# Primary teacher moving to south africa



## missb87 (Jul 10, 2012)

Hi, 
I am a Scottish primary school teacher and my partner has been offered a promotion in his job which involves us relocating to johannesburg.
I am looking for any advice on what to expect in terms of change of lifestyle and the chances of me continuing my career over there? Or at least gaining employment in a childcare setting?
Thank you


----------



## DonoZA (Jan 10, 2012)

Unfortunately unless you can get into one of the private schools, you're a bit hosed. 

The public schooling and education system is collapsing. Even if you can find a job, you'll probably have to teach in one of the rural or dangerous areas and for this you'll be paid barely peanuts. 

You'd be better off having no job or staying in Scotland... don't let the allure of good weather fool you, this place is nowhere you want to live. There's a reason so many of our teachers relocated to the UK, USA, Australia and Canada. 

Sorry


----------



## missb87 (Jul 10, 2012)

The weather is not of any interest to me. The reason to move is to be with my partner.
We are lucky enough that it is not necessary for me to work but it would obviously be better. I wouldn't b happy not doing anything with my time while he is at work.


----------



## catorce (Jun 25, 2012)

I think you have to be registered with the SACE (South African Council for Educators) in order to be employed as a teacher. The curriculum has changed since I was last in primary school, many yonks ago, so I'm not sure what the match up will be between the Scottish primary school curriculum and South African ones. Perhaps google a South African school and have a look at the listed curriculum? Good luck!


----------



## missb87 (Jul 10, 2012)

Thanks for that! Sounds like a good place to start


----------



## Glasgowbhoy (Oct 22, 2012)

I love it here. There is crime but it is like any big city, as long as you are careful it is fine. I heard a lot of horror stories before I came here but I have found it’s a great place to live. Everyone who visits me loves it. Have a look at Parkhurst, Rosebank, Illovo, Parktown North, Melrose Arch and Melville. This is the nicest part of the city and the best place to go for food/drinks etc. They have lots of shopping centres here but these areas have a neighbour feel. Think the West end of Glasgow. 

The public transport system is prettier much non-existent, so try and get a car sorted as soon as possible. People drive crazy on the roads but don’t worry you get used to it! 

I don’t think not speaking Afrikaans will stop you getting a teaching job. Plus there are lots of people from the UK working here. 

The main Private schools are King David, Redhill, Dainfern college, Heronbridge, Summitt College, Reddam, St Peters College and Kyalami Prep.
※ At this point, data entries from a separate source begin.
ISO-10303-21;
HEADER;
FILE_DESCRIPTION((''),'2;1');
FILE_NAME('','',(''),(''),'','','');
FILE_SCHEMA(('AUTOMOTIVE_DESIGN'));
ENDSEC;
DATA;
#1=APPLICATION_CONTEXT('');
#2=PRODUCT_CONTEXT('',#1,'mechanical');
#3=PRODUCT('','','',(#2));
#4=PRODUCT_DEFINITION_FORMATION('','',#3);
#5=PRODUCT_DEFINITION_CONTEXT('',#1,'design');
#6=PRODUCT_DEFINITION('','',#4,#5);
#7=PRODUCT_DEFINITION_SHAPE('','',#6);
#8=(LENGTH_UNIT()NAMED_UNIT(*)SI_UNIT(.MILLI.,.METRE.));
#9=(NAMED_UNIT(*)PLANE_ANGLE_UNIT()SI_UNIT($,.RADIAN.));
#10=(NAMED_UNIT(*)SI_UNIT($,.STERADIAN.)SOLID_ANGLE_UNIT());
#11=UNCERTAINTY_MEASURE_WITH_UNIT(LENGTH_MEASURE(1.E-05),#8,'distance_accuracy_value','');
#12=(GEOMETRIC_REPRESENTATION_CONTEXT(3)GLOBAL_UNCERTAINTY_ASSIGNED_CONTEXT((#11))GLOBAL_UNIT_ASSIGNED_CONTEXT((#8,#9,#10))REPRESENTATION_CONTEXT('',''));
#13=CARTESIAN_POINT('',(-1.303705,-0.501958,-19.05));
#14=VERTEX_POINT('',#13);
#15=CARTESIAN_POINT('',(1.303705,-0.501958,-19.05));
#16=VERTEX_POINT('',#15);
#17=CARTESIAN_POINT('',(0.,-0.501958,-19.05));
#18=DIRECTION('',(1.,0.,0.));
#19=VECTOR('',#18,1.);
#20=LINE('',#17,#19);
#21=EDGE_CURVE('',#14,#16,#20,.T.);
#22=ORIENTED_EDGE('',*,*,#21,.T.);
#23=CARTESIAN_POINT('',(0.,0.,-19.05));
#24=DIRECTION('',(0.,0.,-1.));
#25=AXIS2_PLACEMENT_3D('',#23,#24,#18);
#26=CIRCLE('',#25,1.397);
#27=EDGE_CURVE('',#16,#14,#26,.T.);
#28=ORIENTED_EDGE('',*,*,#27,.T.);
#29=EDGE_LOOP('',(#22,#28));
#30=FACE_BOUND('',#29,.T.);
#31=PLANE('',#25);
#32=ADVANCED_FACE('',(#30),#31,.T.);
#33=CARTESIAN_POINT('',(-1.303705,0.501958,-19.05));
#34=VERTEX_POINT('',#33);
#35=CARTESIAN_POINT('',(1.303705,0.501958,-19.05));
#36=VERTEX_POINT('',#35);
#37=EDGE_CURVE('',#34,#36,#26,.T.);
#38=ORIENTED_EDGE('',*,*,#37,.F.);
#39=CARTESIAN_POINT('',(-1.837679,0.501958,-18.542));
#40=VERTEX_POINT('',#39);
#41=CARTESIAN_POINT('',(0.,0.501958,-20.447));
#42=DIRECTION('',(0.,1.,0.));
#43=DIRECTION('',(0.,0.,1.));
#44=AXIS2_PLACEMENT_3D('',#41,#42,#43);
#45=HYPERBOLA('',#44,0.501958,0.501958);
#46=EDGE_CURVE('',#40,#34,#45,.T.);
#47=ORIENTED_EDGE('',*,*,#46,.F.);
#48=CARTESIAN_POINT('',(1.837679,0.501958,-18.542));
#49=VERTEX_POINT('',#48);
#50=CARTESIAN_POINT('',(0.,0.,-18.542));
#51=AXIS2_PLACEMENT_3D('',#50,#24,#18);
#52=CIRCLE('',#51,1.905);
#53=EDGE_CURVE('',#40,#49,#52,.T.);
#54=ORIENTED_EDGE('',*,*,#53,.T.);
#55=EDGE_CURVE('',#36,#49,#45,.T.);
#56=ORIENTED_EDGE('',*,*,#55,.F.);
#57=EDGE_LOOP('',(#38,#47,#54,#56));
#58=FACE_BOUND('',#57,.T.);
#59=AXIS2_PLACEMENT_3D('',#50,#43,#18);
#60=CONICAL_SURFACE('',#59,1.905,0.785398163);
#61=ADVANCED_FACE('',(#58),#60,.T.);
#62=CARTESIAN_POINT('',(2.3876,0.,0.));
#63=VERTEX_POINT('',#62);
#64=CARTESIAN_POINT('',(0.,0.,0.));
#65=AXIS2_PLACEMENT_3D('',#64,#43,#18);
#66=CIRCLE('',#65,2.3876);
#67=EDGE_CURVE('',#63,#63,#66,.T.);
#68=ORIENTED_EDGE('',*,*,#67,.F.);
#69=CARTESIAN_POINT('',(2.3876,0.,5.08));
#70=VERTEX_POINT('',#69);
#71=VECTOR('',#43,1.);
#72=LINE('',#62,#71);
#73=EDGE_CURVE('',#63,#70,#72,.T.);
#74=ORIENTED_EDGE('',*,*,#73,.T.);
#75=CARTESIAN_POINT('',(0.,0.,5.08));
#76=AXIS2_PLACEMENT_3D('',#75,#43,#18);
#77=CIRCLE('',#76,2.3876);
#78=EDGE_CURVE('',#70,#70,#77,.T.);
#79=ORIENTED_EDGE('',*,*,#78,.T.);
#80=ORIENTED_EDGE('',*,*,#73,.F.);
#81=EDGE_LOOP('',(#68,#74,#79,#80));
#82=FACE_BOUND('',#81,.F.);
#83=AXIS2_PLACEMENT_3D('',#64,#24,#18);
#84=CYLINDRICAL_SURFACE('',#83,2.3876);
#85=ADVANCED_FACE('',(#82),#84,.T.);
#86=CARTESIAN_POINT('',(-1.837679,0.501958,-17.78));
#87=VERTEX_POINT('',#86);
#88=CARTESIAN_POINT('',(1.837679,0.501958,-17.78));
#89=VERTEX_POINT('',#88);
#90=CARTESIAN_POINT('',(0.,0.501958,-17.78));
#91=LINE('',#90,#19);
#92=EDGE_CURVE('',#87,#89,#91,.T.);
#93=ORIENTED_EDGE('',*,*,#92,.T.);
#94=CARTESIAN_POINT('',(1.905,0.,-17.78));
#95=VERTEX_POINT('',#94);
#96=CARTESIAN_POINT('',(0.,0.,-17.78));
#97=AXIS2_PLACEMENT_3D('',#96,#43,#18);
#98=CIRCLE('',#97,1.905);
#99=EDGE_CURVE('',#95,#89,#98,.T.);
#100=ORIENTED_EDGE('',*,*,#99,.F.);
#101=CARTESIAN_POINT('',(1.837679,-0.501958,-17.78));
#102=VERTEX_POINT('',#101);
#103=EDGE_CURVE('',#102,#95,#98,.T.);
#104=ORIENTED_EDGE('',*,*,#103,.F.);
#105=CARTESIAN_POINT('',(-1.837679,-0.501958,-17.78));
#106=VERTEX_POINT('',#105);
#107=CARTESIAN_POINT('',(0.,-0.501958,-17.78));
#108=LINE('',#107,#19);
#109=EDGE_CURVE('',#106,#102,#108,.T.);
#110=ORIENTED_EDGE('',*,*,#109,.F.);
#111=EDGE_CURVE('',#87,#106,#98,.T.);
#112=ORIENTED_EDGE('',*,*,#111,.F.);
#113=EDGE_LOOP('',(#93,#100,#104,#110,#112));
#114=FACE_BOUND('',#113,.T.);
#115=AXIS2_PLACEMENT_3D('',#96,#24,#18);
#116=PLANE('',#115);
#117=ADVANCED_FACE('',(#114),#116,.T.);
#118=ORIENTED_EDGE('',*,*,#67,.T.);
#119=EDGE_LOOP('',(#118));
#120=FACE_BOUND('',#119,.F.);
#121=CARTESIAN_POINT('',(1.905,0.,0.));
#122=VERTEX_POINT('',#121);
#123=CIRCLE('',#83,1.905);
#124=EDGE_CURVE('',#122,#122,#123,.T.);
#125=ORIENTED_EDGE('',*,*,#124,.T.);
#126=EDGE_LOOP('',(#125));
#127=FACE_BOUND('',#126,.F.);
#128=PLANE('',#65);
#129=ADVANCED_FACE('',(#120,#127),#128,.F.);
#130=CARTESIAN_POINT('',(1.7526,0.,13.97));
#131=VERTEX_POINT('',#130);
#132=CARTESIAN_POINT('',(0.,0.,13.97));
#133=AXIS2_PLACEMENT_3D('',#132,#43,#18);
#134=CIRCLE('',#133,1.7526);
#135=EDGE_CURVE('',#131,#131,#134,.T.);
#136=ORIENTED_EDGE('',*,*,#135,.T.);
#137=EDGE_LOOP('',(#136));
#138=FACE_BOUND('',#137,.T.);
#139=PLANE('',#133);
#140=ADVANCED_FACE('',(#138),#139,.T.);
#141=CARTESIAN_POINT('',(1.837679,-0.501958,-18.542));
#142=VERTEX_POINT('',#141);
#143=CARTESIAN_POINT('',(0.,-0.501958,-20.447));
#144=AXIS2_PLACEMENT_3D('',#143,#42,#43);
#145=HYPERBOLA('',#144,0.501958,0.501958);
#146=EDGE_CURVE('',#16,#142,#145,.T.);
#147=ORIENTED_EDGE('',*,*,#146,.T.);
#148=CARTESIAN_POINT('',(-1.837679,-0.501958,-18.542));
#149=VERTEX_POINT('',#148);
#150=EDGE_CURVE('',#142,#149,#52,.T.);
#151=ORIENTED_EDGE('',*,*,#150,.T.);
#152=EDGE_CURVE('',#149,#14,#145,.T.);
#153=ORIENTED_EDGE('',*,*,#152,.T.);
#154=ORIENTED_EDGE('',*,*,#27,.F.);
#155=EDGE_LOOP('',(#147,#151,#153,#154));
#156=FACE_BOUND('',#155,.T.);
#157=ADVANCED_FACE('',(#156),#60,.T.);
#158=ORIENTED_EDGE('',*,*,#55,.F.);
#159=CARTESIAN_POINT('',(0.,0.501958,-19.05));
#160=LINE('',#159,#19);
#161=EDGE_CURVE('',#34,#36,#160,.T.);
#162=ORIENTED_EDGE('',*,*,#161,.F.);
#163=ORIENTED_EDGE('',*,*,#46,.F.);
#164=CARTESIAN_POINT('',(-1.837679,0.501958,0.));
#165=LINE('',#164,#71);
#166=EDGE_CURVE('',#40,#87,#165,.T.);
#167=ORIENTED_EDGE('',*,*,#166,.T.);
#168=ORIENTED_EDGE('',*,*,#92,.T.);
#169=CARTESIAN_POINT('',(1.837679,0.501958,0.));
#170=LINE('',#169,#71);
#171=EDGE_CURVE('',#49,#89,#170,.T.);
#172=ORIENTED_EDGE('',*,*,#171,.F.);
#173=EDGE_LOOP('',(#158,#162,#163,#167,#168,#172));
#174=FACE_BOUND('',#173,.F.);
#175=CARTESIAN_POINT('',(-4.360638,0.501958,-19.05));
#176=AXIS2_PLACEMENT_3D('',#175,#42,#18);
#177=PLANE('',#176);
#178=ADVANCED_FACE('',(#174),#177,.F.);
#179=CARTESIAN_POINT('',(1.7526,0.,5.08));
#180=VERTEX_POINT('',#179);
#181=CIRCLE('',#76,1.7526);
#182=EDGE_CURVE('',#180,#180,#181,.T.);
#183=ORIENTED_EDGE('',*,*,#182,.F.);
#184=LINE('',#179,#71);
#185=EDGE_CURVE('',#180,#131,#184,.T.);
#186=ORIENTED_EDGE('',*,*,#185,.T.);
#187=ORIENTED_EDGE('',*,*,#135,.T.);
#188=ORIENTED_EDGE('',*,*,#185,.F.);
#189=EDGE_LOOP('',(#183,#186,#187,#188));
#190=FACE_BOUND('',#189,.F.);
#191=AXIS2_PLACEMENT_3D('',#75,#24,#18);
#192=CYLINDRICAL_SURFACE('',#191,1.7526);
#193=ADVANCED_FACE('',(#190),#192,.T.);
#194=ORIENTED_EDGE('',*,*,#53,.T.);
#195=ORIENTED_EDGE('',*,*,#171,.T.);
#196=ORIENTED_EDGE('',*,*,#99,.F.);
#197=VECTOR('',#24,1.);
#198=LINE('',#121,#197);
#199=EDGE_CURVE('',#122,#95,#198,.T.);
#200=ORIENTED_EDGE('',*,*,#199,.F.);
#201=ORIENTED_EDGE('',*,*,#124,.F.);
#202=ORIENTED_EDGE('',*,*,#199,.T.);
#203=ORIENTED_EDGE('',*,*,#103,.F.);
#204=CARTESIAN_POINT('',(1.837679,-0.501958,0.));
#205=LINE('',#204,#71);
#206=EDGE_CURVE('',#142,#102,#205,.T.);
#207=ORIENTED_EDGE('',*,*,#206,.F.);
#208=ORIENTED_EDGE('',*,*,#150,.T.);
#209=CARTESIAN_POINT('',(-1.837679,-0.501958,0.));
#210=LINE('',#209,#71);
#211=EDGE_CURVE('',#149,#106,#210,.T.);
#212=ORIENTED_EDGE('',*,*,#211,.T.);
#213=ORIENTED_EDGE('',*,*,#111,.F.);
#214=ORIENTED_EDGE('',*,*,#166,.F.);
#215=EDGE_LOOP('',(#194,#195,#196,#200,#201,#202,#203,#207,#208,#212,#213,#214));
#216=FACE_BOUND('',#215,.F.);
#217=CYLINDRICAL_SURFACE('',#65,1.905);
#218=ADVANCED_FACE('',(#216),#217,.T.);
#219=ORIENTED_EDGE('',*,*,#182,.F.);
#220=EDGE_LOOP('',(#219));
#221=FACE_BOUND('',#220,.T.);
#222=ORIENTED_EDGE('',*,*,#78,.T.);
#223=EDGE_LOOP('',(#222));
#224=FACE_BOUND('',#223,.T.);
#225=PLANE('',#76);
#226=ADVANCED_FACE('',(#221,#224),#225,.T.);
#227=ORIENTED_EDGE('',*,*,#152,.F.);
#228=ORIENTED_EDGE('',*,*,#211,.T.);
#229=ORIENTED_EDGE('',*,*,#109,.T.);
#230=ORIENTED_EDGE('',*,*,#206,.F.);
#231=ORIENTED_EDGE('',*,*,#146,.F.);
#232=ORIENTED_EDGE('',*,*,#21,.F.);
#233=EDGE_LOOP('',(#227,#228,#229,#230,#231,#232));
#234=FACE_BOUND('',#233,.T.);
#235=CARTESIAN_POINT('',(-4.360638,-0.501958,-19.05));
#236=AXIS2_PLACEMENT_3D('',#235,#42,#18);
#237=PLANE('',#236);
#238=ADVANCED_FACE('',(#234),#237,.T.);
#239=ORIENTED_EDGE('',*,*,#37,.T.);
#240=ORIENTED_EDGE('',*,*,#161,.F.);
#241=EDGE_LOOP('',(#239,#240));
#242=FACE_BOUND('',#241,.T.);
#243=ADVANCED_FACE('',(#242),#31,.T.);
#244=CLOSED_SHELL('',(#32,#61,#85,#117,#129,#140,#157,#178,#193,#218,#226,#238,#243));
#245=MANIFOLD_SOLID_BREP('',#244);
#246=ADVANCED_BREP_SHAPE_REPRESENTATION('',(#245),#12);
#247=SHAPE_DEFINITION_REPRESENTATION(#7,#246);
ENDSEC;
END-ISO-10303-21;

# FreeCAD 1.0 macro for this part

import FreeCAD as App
import Part
import Sketcher
Q = App.Units.Quantity


def edges_at(feature, points):
    """Names of the edges that pass closest to the given points."""
    edges = feature.Shape.Edges
    near = lambda p: min(range(len(edges)), key=lambda i: edges[i].distToShape(Part.Vertex(*p))[0])
    return sorted({f"Edge{near(p) + 1}" for p in points})


def add_polygon(sketch, points):
    """Adds a closed chain of lines whose ends are joined by coincident constraints."""
    first, n = sketch.GeometryCount, len(points)
    for a, b in zip(points, points[1:] + points[:1]):
        sketch.addGeometry(Part.LineSegment(App.Vector(*a, 0), App.Vector(*b, 0)), False)
    for i in range(n):
        sketch.addConstraint(Sketcher.Constraint("Coincident", first + i, 2, first + (i + 1) % n, 1))

doc = App.newDocument("Part")
body = doc.addObject("PartDesign::Body", "Body")

# Sketch on XY plane
sketch1 = body.newObject("Sketcher::SketchObject", "Sketch")
sketch1.AttachmentSupport = (doc.getObject("XY_Plane"), [""])
sketch1.MapMode = "FlatFace"
sketch1.addGeometry(Part.Circle(App.Vector(0, 0, 0), App.Vector(0, 0, 1), 2.3876), False)
sketch1.addConstraint([
    Sketcher.Constraint("Coincident", 0, 3, -1, 1),
    Sketcher.Constraint("Diameter", 0, Q("0.188 in")),
])
pad1 = body.newObject("PartDesign::Pad", "Pad")
pad1.Profile = sketch1
pad1.Length = Q("0.2 in")

# Sketch on XY plane
sketch2 = body.newObject("Sketcher::SketchObject", "Sketch001")
sketch2.AttachmentSupport = (doc.getObject("XY_Plane"), [""])
sketch2.MapMode = "FlatFace"
sketch2.AttachmentOffset = App.Placement(App.Vector(0, 0, 0.2 * 25.4), App.Rotation())
sketch2.addGeometry(Part.Circle(App.Vector(0, 0, 0), App.Vector(0, 0, 1), 1.7526), False)
sketch2.addConstraint([
    Sketcher.Constraint("Coincident", 0, 3, -1, 1),
    Sketcher.Constraint("Diameter", 0, Q("0.138 in")),
])
pad2 = body.newObject("PartDesign::Pad", "Pad001")
pad2.Profile = sketch2
pad2.Length = Q("0.35 in")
The best place to start would be Crawford (they have schools in Lonehill, Sandton and Fourways). 

My experience is the people are very friendly and welcoming. If you any further info, please ask away. When are you planning to come over?


----------



## Jem62 (Jul 25, 2012)

ISASA | Independent Schools Association of Southern Africa - Home This is a good place to start if you are looking for jobs in private schools, you might already be aware of this site.


----------



## missb87 (Jul 10, 2012)

My partner is already there but I would be planning to join him in the summer.
Thank you for that information.
We have been looking at the dainfern area as well as the serengeti estate to live. Any info/recommendations appreciated.


----------



## Sara-J (Dec 12, 2012)

Hi I have been here in JoBurg 10 weeks so still a newbie but from what my friends here have told me, teaching is incredibly low paid and demoralising. One teacher we know works in a private school and her pay is still very bad compared to the UK.
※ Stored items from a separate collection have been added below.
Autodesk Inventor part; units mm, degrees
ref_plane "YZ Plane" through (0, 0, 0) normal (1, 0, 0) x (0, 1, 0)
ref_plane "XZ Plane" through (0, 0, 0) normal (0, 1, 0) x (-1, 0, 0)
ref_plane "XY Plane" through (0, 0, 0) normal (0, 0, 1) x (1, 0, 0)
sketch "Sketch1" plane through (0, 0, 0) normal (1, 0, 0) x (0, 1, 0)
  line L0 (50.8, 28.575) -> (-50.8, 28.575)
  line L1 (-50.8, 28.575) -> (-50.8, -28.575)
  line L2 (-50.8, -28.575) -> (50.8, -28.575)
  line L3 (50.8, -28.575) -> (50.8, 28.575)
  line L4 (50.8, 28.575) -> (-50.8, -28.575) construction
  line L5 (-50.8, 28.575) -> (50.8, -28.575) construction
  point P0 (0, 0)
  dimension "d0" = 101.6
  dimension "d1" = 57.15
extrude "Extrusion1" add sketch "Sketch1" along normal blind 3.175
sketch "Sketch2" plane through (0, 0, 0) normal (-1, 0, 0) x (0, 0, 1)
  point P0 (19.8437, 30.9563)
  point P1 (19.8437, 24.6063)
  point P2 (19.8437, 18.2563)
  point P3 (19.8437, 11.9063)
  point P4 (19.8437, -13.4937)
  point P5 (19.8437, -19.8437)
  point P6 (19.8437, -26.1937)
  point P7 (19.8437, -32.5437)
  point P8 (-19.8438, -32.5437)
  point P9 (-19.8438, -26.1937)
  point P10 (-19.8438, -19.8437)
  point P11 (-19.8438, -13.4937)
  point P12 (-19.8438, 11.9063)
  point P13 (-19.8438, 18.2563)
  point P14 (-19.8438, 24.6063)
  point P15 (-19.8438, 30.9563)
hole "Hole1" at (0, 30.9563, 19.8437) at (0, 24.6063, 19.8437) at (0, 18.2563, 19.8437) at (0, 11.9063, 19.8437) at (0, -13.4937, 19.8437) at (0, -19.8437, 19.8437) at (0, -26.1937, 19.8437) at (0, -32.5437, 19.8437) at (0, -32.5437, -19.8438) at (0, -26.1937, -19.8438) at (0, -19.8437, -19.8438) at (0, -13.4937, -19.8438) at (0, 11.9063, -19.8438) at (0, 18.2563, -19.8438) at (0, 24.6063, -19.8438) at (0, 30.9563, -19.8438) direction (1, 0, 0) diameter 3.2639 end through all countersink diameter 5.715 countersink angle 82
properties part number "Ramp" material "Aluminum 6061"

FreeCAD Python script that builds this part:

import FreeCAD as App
import Part
import Sketcher
Q = App.Units.Quantity


def add_polygon(sketch, points):
    """Adds a closed chain of lines whose ends are joined by coincident constraints."""
    first, n = sketch.GeometryCount, len(points)
    for a, b in zip(points, points[1:] + points[:1]):
        sketch.addGeometry(Part.LineSegment(App.Vector(*a, 0), App.Vector(*b, 0)), False)
    for i in range(n):
        sketch.addConstraint(Sketcher.Constraint("Coincident", first + i, 2, first + (i + 1) % n, 1))

doc = App.newDocument("Part")
body = doc.addObject("PartDesign::Body", "Body")

# Sketch on YZ plane
sketch1 = body.newObject("Sketcher::SketchObject", "Sketch")
sketch1.AttachmentSupport = (doc.getObject("YZ_Plane"), [""])
sketch1.MapMode = "FlatFace"
add_polygon(sketch1, [(51, -29), (51, 29), (-51, 29), (-51, -29)])  # lines 0-3
sketch1.addConstraint([
    Sketcher.Constraint("Vertical", 0),
    Sketcher.Constraint("Horizontal", 1),
    Sketcher.Constraint("Vertical", 2),
    Sketcher.Constraint("Horizontal", 3),
    Sketcher.Constraint("Symmetric", 0, 2, 2, 2, -1, 1),
    Sketcher.Constraint("DistanceX", 1, 2, 1, 1, Q("4 in")),
    Sketcher.Constraint("DistanceY", 0, 1, 0, 2, Q("2.25 in")),
])
pad1 = body.newObject("PartDesign::Pad", "Pad")
pad1.Profile = sketch1
pad1.Length = Q("0.125 in")

# Sketch on YZ plane
sketch2 = body.newObject("Sketcher::SketchObject", "Sketch001")
sketch2.AttachmentSupport = (doc.getObject("YZ_Plane"), [""])
sketch2.MapMode = "FlatFace"
sketch2.addGeometry([
    Part.Circle(App.Vector(31, 19.8, 0), App.Vector(0, 0, 1), 1.6),  # 0
    Part.Circle(App.Vector(24.6, 19.8, 0), App.Vector(0, 0, 1), 1.6),  # 1
    Part.Circle(App.Vector(18.3, 19.8, 0), App.Vector(0, 0, 1), 1.6),  # 2
    Part.Circle(App.Vector(11.9, 19.8, 0), App.Vector(0, 0, 1), 1.6),  # 3
    Part.Circle(App.Vector(-13.5, 19.8, 0), App.Vector(0, 0, 1), 1.6),  # 4
    Part.Circle(App.Vector(-19.8, 19.8, 0), App.Vector(0, 0, 1), 1.6),  # 5
    Part.Circle(App.Vector(-26.2, 19.8, 0), App.Vector(0, 0, 1), 1.6),  # 6
    Part.Circle(App.Vector(-32.5, 19.8, 0), App.Vector(0, 0, 1), 1.6),  # 7
    Part.Circle(App.Vector(-32.5, -19.8, 0), App.Vector(0, 0, 1), 1.6),  # 8
    Part.Circle(App.Vector(-26.2, -19.8, 0), App.Vector(0, 0, 1), 1.6),  # 9
    Part.Circle(App.Vector(-19.8, -19.8, 0), App.Vector(0, 0, 1), 1.6),  # 10
    Part.Circle(App.Vector(-13.5, -19.8, 0), App.Vector(0, 0, 1), 1.6),  # 11
    Part.Circle(App.Vector(11.9, -19.8, 0), App.Vector(0, 0, 1), 1.6),  # 12
    Part.Circle(App.Vector(18.3, -19.8, 0), App.Vector(0, 0, 1), 1.6),  # 13
    Part.Circle(App.Vector(24.6, -19.8, 0), App.Vector(0, 0, 1), 1.6),  # 14
    Part.Circle(App.Vector(31, -19.8, 0), App.Vector(0, 0, 1), 1.6),  # 15
], False)
sketch2.addConstraint([
    Sketcher.Constraint("Equal", 0, 1),
    Sketcher.Constraint("Equal", 1, 2),
    Sketcher.Constraint("Equal", 2, 3),
    Sketcher.Constraint("Equal", 3, 4),
    Sketcher.Constraint("Equal", 4, 5),
    Sketcher.Constraint("Equal", 5, 6),
    Sketcher.Constraint("Equal", 6, 7),
    Sketcher.Constraint("Equal", 7, 8),
    Sketcher.Constraint("Equal", 8, 9),
    Sketcher.Constraint("Equal", 9, 10),
    Sketcher.Constraint("Equal", 10, 11),
    Sketcher.Constraint("Equal", 11, 12),
    Sketcher.Constraint("Equal", 12, 13),
    Sketcher.Constraint("Equal", 13, 14),
    Sketcher.Constraint("Equal", 14, 15),
    Sketcher.Constraint("Symmetric", 7, 3, 8, 3, -1),
    Sketcher.Constraint("Symmetric", 6, 3, 9, 3, -1),
    Sketcher.Constraint("Symmetric", 5, 3, 10, 3, -1),
    Sketcher.Constraint("Symmetric", 4, 3, 11, 3, -1),
    Sketcher.Constraint("Symmetric", 3, 3, 12, 3, -1),
    Sketcher.Constraint("Symmetric", 2, 3, 13, 3, -1),
    Sketcher.Constraint("Symmetric", 1, 3, 14, 3, -1),
    Sketcher.Constraint("Symmetric", 0, 3, 15, 3, -1),
    Sketcher.Constraint("Horizontal", 0, 3, 1, 3),
    Sketcher.Constraint("Horizontal", 1, 3, 2, 3),
    Sketcher.Constraint("Horizontal", 2, 3, 3, 3),
    Sketcher.Constraint("Horizontal", 3, 3, 4, 3),
    Sketcher.Constraint("Horizontal", 4, 3, 5, 3),
    Sketcher.Constraint("Horizontal", 5, 3, 6, 3),
    Sketcher.Constraint("Horizontal", 6, 3, 7, 3),
    Sketcher.Constraint("DistanceX", 4, 3, 3, 3, Q("1 in")),
    Sketcher.Constraint("DistanceX", 5, 3, 0, 3, Q("2 in")),
    Sketcher.Constraint("DistanceX", 6, 3, 1, 3, Q("2 in")),
    Sketcher.Constraint("DistanceX", 7, 3, 2, 3, Q("2 in")),
    Sketcher.Constraint("Diameter", 0, Q("0.1285 in")),
    Sketcher.Constraint("DistanceX", 2, 3, 0, 3, Q("0.5 in")),
    Sketcher.Constraint("DistanceX", 3, 3, 1, 3, Q("0.5 in")),
    Sketcher.Constraint("DistanceX", 1, 3, 0, 3, Q("0.25 in")),
    Sketcher.Constraint("DistanceX", -1, 1, 0, 3, Q("1.218752 in")),
    Sketcher.Constraint("DistanceY", -1, 1, 0, 3, Q("0.781248 in")),
])
doc.recompute()
hole = body.newObject("PartDesign::Hole", "Hole")
hole.Profile = sketch2
hole.ThreadType = "None"
hole.Diameter = Q("0.1285 in")
hole.DepthType = "ThroughAll"
hole.HoleCutType = "Countersink"
hole.HoleCutDiameter = Q("0.225 in")
hole.HoleCutCountersinkAngle = 82
hole.Reversed = True

doc.recompute()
In terms of the change in lifestyle... well its completely different! I have spent all my life living in Lincolnshire until this move to SA. I have had to change a lot in the 10 weeks I've been here and I am getting used to this way of life but do sometimes miss being able to go for a long walk to clear my head!


----------



## missb87 (Jul 10, 2012)

Haven't been on this for a while, how are you getting on now Sara-J? Do you work over there? 
That's me starting to make major plans now and officially move over in July. I'm just back from visiting for 2 weeks so saw the house and got a feel of the area and beginning to feel more positive about it. I have arranged to visit a local private school when I arrive to get some advice and an idea of what to expect so will se where that takes me.


----------



## Glasgowbhoy (Oct 22, 2012)

Good luck with the move. I am sure you will enjoy living in Joburg. It is cold and raining today, so feeling a bit homesick for Glasgow!


----------



## missb87 (Jul 10, 2012)

Thanks! It has been strangely sunny back here today! How long have you lived out there?


----------



## Glasgowbhoy (Oct 22, 2012)

I have been here 3 1/2 years. I know the city pretty well, so I can recommend a few places for you to check out when you get here. 

How is the job hunting?


----------



## Clairy (Apr 24, 2013)

I'm in need of some (sensible) advice! Myself, my husband and three school aged chn are looking to move to Bryanston area of Jo'burg, but it seems it's all against us re quota or general working permits. I'm a primary school teacher and want to continue in this profession, but have not been degree qualified for 5 years yet, but prior to this managed nurseries with many years experience and appropriate quals. Is it as hard to get in as it appears?????


----------



## missb87 (Jul 10, 2012)

Where have you been looking for information? I'm not sure how hard it is but from talking to South Africans so far they seem really positive about me being able to get something. These are not education based people so it isn't really that helpful. As far as my qualifications it does seem like quite a process to go through to get them transferred. I haven't heard anything about 5 years experience needed, is this something you have heard? I have 4 years after graduation.


----------



## Clairy (Apr 24, 2013)

I have contacted a couple of immigration companies and the guidelines are very tight. I feel like a fish out of water. Their advice differs and I'm getting more confused by the minute !
I want the move to be worth it. I have heard recently that teachers pay is poor compared to the UK, but I don' know where to get accurate infomation. How do other people do it if they aren't marrying a SA civilian or being transferred wit a job???!!!


----------



## missb87 (Jul 10, 2012)

I have also heard the pay is poor in comparison. If it wasn't for my partner I wouldn't be looking to relocated my job over there. I haven't had much luck finding out much so have almost gave up in hope it is easier when I actually get there.


----------



## Clairy (Apr 24, 2013)

AAARRGH !! It's so frustrating.

Thanks for responding.


----------